Cohnheim was the first to use the now universal method of freezing fresh pathological objects for examination; he also first demonstrated nerve-termination in "Cohnheim's areas" (polygonal areas indicating the cut ends of muscle-columns, seen in the cross-sections of striated muscle-fiber); he was the pioneer in the theory of inflammation, which is now universally accepted; and his researches in the field of pathological circulation and the causes of embolism marked a new departure in the methods of medical treatment.

Aside from his literary and experimental activity, Cohnheim was both popular and successful as a teacher.

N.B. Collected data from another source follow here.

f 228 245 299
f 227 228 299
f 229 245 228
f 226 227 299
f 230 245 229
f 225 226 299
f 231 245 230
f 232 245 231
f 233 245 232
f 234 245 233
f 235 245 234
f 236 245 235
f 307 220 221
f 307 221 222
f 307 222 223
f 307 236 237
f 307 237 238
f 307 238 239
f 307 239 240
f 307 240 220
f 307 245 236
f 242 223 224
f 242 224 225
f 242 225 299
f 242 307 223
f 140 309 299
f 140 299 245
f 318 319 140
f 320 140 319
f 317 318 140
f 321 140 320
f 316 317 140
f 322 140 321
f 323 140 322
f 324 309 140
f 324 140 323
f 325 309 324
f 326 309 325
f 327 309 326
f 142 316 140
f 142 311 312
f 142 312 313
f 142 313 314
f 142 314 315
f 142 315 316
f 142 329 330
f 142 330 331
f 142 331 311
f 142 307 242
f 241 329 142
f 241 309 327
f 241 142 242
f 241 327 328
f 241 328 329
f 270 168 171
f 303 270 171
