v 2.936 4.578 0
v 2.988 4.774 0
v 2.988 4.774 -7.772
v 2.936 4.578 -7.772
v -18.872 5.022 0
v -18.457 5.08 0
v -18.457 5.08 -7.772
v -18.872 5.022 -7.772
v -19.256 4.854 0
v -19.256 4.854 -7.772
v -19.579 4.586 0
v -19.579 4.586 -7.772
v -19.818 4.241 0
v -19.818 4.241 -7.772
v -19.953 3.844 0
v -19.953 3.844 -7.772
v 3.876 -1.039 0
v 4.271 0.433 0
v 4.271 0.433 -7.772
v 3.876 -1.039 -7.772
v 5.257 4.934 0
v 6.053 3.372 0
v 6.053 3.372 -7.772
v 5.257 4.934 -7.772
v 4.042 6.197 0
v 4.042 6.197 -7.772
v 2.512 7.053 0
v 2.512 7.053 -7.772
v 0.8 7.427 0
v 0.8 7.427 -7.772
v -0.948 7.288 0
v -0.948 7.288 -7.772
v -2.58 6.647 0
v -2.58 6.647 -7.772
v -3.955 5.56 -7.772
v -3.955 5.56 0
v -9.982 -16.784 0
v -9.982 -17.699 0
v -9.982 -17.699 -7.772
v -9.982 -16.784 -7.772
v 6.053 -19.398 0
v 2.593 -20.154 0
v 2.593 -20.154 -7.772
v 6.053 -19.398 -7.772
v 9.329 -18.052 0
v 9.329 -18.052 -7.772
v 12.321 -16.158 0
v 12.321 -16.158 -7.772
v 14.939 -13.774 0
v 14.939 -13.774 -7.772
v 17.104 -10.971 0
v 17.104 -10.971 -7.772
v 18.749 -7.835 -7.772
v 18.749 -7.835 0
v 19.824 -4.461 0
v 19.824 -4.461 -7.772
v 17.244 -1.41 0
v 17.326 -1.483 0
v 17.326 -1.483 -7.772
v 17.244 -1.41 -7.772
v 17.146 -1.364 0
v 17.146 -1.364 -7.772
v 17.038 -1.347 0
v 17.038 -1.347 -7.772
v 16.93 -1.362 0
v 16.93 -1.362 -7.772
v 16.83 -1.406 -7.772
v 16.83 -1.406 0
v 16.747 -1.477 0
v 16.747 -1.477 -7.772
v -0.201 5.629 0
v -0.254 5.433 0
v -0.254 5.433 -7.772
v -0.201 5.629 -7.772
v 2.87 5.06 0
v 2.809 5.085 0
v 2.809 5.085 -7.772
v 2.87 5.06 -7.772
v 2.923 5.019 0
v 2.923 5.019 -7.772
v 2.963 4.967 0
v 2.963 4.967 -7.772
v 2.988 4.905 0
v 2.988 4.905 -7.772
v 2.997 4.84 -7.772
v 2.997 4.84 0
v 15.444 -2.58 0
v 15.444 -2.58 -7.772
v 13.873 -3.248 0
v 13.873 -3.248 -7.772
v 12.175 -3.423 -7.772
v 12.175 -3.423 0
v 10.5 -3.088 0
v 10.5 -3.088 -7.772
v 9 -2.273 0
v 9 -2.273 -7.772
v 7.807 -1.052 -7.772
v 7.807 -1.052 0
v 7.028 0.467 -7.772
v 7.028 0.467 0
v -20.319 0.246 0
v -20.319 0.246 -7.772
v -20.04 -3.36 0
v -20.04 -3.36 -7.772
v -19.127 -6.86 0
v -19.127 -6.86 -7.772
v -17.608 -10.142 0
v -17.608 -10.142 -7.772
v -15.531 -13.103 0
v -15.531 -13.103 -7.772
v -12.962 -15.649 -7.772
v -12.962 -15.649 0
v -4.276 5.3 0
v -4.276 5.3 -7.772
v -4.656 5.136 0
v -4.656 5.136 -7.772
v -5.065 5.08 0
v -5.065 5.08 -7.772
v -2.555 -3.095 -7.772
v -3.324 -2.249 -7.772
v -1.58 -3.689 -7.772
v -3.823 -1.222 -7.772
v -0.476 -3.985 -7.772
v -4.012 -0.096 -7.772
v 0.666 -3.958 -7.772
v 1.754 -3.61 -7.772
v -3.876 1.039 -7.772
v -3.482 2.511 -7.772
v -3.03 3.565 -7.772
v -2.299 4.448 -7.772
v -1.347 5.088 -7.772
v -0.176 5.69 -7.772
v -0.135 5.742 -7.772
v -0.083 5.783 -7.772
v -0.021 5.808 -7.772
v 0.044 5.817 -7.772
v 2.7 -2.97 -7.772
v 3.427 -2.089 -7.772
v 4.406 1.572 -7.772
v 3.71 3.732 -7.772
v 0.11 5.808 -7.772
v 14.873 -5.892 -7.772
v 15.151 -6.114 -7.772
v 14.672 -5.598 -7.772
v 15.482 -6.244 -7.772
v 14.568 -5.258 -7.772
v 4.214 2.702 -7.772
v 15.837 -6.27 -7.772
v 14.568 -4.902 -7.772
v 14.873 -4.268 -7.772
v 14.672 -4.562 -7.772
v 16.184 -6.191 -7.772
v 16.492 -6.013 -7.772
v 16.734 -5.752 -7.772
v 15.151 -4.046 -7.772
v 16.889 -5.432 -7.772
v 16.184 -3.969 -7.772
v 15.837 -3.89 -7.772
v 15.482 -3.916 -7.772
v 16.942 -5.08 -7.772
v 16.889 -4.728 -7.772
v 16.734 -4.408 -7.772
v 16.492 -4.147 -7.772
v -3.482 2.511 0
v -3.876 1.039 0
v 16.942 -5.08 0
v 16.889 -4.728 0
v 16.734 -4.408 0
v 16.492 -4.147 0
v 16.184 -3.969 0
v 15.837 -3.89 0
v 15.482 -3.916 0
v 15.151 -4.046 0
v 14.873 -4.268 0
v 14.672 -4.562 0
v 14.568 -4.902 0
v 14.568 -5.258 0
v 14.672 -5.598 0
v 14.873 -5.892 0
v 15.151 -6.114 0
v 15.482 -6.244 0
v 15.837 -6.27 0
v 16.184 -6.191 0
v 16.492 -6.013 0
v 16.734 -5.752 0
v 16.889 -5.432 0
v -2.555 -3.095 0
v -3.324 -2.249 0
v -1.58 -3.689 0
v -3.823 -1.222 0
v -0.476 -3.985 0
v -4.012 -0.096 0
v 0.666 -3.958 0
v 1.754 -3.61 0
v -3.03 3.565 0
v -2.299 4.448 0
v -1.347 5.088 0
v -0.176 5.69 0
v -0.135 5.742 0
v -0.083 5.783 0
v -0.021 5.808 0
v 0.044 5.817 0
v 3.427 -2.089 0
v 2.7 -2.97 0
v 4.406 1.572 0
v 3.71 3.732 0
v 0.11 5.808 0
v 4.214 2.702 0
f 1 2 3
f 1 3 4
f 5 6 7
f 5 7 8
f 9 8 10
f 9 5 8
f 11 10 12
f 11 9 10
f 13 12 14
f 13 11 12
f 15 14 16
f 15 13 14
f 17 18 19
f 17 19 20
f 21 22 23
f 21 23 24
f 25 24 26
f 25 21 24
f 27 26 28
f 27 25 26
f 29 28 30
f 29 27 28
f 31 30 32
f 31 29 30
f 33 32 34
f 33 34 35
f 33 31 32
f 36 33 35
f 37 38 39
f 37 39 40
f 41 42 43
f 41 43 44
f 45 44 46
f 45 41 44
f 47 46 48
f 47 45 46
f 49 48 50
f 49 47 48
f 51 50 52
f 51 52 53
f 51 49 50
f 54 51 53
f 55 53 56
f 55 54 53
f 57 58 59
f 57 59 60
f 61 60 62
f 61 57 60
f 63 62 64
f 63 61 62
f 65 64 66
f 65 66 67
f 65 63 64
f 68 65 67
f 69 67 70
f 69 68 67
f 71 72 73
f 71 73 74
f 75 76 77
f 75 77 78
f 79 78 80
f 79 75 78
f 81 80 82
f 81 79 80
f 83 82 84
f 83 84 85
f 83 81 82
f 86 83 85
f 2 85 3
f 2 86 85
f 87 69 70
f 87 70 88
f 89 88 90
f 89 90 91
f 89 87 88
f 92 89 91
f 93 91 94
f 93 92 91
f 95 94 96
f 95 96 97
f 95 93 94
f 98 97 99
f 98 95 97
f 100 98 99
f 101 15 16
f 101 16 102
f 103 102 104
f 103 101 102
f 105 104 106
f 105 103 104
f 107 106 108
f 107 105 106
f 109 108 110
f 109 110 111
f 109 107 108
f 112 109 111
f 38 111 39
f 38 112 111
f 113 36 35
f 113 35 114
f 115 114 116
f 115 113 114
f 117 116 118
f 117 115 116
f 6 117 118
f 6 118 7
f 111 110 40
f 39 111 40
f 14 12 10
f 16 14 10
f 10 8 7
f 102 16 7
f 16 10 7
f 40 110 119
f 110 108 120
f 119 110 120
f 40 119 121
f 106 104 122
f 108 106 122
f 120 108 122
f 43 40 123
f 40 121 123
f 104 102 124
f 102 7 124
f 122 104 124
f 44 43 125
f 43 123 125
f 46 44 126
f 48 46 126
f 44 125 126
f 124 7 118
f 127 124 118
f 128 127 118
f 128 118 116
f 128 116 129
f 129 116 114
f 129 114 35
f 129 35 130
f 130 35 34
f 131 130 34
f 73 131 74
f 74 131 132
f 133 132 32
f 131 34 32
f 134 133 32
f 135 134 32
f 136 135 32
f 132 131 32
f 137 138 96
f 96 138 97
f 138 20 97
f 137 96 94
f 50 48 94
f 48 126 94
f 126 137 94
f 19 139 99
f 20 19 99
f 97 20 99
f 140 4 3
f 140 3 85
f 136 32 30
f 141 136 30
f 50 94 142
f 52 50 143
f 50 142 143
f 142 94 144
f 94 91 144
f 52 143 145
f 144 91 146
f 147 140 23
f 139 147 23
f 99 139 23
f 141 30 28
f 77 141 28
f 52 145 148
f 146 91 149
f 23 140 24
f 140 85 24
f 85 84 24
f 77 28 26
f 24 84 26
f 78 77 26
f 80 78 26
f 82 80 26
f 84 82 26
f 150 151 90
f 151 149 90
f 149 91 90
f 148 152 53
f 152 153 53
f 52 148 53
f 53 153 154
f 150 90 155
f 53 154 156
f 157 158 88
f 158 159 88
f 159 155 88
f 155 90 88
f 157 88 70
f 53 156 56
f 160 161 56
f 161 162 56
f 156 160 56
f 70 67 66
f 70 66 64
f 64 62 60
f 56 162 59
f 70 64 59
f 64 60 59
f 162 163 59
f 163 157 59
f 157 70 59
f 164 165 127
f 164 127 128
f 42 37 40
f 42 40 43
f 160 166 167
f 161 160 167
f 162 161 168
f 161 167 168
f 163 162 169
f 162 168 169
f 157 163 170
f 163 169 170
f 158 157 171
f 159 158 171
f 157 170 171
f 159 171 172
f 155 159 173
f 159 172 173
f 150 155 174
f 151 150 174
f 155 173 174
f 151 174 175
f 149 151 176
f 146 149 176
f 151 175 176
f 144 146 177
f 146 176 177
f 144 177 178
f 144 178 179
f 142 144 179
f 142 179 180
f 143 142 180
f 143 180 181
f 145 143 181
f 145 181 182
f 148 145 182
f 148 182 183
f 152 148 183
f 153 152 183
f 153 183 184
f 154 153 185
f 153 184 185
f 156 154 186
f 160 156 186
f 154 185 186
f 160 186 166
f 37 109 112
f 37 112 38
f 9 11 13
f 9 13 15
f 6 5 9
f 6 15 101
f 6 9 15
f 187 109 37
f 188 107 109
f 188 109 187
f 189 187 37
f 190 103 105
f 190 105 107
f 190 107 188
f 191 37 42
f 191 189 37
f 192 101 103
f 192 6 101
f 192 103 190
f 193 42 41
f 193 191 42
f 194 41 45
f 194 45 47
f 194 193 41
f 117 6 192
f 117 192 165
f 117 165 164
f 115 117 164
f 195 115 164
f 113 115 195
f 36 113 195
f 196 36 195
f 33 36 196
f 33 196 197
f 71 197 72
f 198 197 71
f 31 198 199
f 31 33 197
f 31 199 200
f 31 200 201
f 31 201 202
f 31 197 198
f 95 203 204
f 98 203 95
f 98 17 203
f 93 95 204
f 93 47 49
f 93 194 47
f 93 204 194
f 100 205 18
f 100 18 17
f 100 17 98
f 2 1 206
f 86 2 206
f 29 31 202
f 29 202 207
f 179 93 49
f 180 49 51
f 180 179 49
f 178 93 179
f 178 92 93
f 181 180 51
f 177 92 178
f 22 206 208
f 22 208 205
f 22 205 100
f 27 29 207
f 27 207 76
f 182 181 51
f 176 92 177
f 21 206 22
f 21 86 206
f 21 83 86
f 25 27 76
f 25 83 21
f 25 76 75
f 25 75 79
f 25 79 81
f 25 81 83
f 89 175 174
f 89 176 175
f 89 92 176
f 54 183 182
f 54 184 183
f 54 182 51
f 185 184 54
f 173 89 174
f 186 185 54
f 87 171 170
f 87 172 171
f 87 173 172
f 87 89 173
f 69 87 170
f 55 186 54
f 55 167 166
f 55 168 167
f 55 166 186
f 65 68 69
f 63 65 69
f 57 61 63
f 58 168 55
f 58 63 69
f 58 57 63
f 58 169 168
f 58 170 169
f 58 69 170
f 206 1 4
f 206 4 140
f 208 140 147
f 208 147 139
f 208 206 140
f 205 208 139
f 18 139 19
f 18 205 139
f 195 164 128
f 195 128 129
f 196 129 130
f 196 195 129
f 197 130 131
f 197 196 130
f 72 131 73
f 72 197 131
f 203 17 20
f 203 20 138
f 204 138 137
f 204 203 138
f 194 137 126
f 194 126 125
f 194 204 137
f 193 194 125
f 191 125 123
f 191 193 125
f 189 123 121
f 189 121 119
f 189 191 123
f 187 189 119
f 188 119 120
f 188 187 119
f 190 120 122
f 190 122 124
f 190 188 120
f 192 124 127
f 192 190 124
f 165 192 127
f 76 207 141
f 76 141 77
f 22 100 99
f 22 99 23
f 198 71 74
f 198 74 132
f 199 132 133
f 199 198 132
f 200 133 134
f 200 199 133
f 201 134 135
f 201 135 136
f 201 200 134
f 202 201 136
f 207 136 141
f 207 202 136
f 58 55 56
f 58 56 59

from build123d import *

# Parameters (mm, degrees)
SKETCH1_R           = 1.1938
BOSS_EXTRUDE1_DEPTH = 7.7724


with BuildPart() as part:
    # Sketch1 → Boss-Extrude1 (new body)
    with BuildSketch(Plane.XY):
        with BuildLine():
            Line((-5.065262452, 5.08), (-18.456556559, 5.08))
            ThreePointArc((-18.456556559, 5.08), (-19.426909517, 4.731155792), (-19.953034117, 3.844324324))
            ThreePointArc((-19.953034117, 3.844324324), (-18.44069754, -8.534815418), (-9.9822, -17.699098371))
            Line((-9.9822, -17.699098371), (-9.9822, -16.784328658))
            Line((-9.9822, -16.784328658), (2.593084415, -20.153865962))
            ThreePointArc((2.593084415, -20.153865962), (13.682234942, -15.023276839), (19.824330155, -4.46075486))
            Line((19.824330155, -4.46075486), (17.325781624, -1.483100672))
            ThreePointArc((17.325781624, -1.483100672), (17.037851626, -1.347023051), (16.747173773, -1.477127579))
            ThreePointArc((16.747173773, -1.477127579), (11.324901076, -3.317959511), (7.028137334, 0.467212181))
            Line((7.028137334, 0.467212181), (6.053096787, 3.371693793))
            ThreePointArc((6.053096787, 3.371693793), (1.669604011, 7.303273092), (-3.95481445, 5.560217822))
            ThreePointArc((-3.95481445, 5.560217822), (-4.460344292, 5.205196933), (-5.065262452, 5.08))
        make_face()
        with Locations((15.748, -5.08)):
            Circle(SKETCH1_R, mode=Mode.SUBTRACT)
        with BuildLine():
            Line((-3.876453526, 1.038692592), (-3.482013301, 2.510763551))
            ThreePointArc((-3.482013301, 2.510763551), (-2.298514325, 4.447599489), (-0.253578298, 5.432607064))
            Line((-0.253578298, 5.432607064), (-0.201054745, 5.628627633))
            ThreePointArc((-0.201054745, 5.628627633), (-0.082709585, 5.782858048), (0.110030452, 5.808232755))
            Line((0.110030452, 5.808232755), (2.808827211, 5.085092343))
            ThreePointArc((2.808827211, 5.085092343), (2.963057626, 4.966747183), (2.988432333, 4.774007146))
            Line((2.988432333, 4.774007146), (2.93590878, 4.577986577))
            ThreePointArc((2.93590878, 4.577986577), (4.214371541, 2.702476981), (4.270893751, 0.433378367))
            Line((4.270893751, 0.433378367), (3.876453526, -1.038692592))
            ThreePointArc((3.876453526, -1.038692592), (-1.038692592, -3.876453526), (-3.876453526, 1.038692592))
        make_face(mode=Mode.SUBTRACT)
    extrude(amount=-BOSS_EXTRUDE1_DEPTH)


solid = part.part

He died in Leipzig in 1884.

==Selected works==
Ueber die Entzündung seröser Häute," in Virchow's Archiv für pathologische Anatomie und Physiologie und für klinische Medicin, xxii.
- "Zur Kenntniss der zuckerbildenden Fermente," ib. xxviii.
- "Ein Fall von Abscessen in Amyloid entarteten Organen," ib. xxxiii.
- "Ueber die Endigung der Muskelnerven," ib. xxxiv.
- "Ueber den feineren Bau der quergestreiften Muskelfasern," ib. xxxiv.
- "Zur pathologischen Anatomie der Trichinenkrankheit," ib. xxxvi.
- "Ueber die Endigung der sensiblen Nerven in der Hornhaut," ib. xxxviii.
- "Ueber Entzündung und Eiterung," ib. xl.
- "Ueber Venöse Stauung," ib. xli.
- With Bernhard Fränkel, "Experimentelle Untersuchungen über die Uebertragbarkeit der Tuberkulose auf Thiere," ib. xlv.
- "Untersuchungen über die embolischen Processe," Berlin, 1872
- "Neue Untersuchungen über die Entzündung," Berlin 1873
- Vorlesungen über allgemeine Pathologie: Ein Handbuch für Aertze und Studirende, Berlin 1877–80, 2d ed. 1882
- Die Tuberkulose vom Standpunkte der Infectionslehre, Leipzig, 2d ed., 1881.
- Gesammelte Abhandlungen, Berlin, 1885, Herausgegeben von E. Wagner. Mit einem Lebensbilde Cohnheim's von W. Kühne.